Data listing below:

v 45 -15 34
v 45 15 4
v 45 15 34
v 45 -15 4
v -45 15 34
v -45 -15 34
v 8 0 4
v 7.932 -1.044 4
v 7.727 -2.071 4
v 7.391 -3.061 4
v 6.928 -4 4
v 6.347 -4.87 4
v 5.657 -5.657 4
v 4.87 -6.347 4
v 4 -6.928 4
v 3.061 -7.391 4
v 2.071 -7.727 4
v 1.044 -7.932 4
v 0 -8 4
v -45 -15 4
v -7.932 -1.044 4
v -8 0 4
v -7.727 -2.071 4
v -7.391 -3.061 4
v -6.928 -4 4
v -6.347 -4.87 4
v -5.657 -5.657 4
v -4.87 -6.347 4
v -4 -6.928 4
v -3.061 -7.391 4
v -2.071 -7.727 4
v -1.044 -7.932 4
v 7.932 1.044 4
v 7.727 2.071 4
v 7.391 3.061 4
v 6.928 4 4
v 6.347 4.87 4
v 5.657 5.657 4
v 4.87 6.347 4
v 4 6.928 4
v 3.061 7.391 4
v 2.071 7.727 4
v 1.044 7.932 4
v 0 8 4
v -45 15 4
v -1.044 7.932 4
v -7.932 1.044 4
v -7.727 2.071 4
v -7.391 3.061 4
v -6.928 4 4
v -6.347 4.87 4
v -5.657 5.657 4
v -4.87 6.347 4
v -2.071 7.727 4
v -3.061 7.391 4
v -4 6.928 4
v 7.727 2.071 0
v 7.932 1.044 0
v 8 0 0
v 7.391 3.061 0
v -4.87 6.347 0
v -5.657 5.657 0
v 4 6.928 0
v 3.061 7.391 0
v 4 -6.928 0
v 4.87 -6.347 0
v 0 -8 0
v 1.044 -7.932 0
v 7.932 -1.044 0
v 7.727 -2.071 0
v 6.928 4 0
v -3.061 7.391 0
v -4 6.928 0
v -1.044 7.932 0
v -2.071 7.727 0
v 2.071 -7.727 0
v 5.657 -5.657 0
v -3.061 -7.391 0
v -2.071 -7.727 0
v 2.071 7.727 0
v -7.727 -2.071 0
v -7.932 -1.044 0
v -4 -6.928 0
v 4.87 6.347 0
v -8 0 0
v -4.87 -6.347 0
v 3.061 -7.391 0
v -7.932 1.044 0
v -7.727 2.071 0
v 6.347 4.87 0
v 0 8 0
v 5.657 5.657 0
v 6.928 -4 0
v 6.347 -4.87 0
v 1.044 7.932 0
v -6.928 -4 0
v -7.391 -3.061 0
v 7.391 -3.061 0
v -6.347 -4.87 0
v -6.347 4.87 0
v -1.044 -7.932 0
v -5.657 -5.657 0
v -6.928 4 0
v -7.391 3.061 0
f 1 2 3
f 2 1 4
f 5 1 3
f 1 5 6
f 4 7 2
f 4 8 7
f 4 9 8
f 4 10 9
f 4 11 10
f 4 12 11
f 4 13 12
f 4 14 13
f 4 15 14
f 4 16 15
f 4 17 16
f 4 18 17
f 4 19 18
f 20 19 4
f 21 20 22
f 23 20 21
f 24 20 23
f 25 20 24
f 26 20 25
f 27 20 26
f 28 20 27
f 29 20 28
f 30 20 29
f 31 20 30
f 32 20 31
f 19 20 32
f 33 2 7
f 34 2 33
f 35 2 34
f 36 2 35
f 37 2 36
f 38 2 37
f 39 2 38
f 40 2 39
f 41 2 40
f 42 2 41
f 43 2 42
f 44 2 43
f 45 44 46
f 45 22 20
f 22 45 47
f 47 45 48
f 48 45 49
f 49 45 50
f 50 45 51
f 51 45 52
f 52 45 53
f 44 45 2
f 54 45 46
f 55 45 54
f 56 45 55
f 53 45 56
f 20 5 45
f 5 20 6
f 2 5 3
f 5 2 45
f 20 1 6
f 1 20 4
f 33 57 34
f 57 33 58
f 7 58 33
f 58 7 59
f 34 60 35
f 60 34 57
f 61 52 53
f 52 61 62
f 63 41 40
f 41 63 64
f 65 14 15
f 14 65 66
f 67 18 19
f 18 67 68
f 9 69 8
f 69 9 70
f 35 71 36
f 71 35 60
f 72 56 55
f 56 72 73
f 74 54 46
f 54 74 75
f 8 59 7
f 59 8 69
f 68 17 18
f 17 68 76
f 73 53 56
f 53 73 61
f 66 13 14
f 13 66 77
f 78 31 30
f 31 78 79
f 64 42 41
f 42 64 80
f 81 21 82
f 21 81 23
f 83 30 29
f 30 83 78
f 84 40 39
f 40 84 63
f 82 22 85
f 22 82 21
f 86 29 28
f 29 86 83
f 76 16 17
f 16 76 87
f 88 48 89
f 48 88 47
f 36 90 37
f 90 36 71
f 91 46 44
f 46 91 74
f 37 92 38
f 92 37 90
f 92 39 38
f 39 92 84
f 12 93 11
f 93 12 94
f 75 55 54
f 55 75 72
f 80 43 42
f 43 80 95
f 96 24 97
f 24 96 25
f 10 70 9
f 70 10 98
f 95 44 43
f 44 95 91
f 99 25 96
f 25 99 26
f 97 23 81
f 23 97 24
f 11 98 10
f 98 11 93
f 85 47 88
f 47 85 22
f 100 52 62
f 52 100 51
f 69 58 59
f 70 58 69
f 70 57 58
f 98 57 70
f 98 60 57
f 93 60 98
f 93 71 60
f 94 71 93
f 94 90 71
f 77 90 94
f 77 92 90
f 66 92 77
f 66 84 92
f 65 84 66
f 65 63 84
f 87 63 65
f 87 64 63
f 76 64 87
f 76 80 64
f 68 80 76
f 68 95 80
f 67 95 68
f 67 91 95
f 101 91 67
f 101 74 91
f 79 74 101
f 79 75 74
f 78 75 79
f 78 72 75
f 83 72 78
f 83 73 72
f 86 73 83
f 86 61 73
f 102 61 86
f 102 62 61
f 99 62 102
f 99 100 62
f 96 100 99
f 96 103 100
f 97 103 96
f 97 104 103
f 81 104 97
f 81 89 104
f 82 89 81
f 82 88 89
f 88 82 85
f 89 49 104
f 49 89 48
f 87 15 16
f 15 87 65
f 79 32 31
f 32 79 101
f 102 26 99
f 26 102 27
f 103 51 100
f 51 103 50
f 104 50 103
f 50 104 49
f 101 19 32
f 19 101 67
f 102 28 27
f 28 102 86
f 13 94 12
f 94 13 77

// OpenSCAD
// A bare webcam: a body and its lens, nothing to stand it on. Drawn looking
// straight down, as a camera added to a site first stands: the middle of the
// lens's front face is the origin, at z = 0, and the body is above it. Its
// long side runs across the picture it takes (+x); the picture's top is +y.
// A camera in a site is this, tilted from straight down about its long side
// and turned about the vertical (apothecary/vision/cameras.py).

body = [90, 30, 30];   // across the picture, up the picture, lens to back
lens_d = 16;           // the lens's diameter
lens_h = 4;            // how far the lens stands out of the body

module webcam() {
    color("dimgray") translate([-body[0] / 2, -body[1] / 2, lens_h]) cube(body);
    color("black") cylinder(d = lens_d, h = lens_h, $fn = 48);
}

webcam();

End of Data listing.

• Instructions for the task: What is needed is an exact copy of the entries from their first line down to the line with "v 7.391 -3.061 0", that line included, and nothing beyond it.

• Output below:
v 45 -15 34
v 45 15 4
v 45 15 34
v 45 -15 4
v -45 15 34
v -45 -15 34
v 8 0 4
v 7.932 -1.044 4
v 7.727 -2.071 4
v 7.391 -3.061 4
v 6.928 -4 4
v 6.347 -4.87 4
v 5.657 -5.657 4
v 4.87 -6.347 4
v 4 -6.928 4
v 3.061 -7.391 4
v 2.071 -7.727 4
v 1.044 -7.932 4
v 0 -8 4
v -45 -15 4
v -7.932 -1.044 4
v -8 0 4
v -7.727 -2.071 4
v -7.391 -3.061 4
v -6.928 -4 4
v -6.347 -4.87 4
v -5.657 -5.657 4
v -4.87 -6.347 4
v -4 -6.928 4
v -3.061 -7.391 4
v -2.071 -7.727 4
v -1.044 -7.932 4
v 7.932 1.044 4
v 7.727 2.071 4
v 7.391 3.061 4
v 6.928 4 4
v 6.347 4.87 4
v 5.657 5.657 4
v 4.87 6.347 4
v 4 6.928 4
v 3.061 7.391 4
v 2.071 7.727 4
v 1.044 7.932 4
v 0 8 4
v -45 15 4
v -1.044 7.932 4
v -7.932 1.044 4
v -7.727 2.071 4
v -7.391 3.061 4
v -6.928 4 4
v -6.347 4.87 4
v -5.657 5.657 4
v -4.87 6.347 4
v -2.071 7.727 4
v -3.061 7.391 4
v -4 6.928 4
v 7.727 2.071 0
v 7.932 1.044 0
v 8 0 0
v 7.391 3.061 0
v -4.87 6.347 0
v -5.657 5.657 0
v 4 6.928 0
v 3.061 7.391 0
v 4 -6.928 0
v 4.87 -6.347 0
v 0 -8 0
v 1.044 -7.932 0
v 7.932 -1.044 0
v 7.727 -2.071 0
v 6.928 4 0
v -3.061 7.391 0
v -4 6.928 0
v -1.044 7.932 0
v -2.071 7.727 0
v 2.071 -7.727 0
v 5.657 -5.657 0
v -3.061 -7.391 0
v -2.071 -7.727 0
v 2.071 7.727 0
v -7.727 -2.071 0
v -7.932 -1.044 0
v -4 -6.928 0
v 4.87 6.347 0
v -8 0 0
v -4.87 -6.347 0
v 3.061 -7.391 0
v -7.932 1.044 0
v -7.727 2.071 0
v 6.347 4.87 0
v 0 8 0
v 5.657 5.657 0
v 6.928 -4 0
v 6.347 -4.87 0
v 1.044 7.932 0
v -6.928 -4 0
v -7.391 -3.061 0
v 7.391 -3.061 0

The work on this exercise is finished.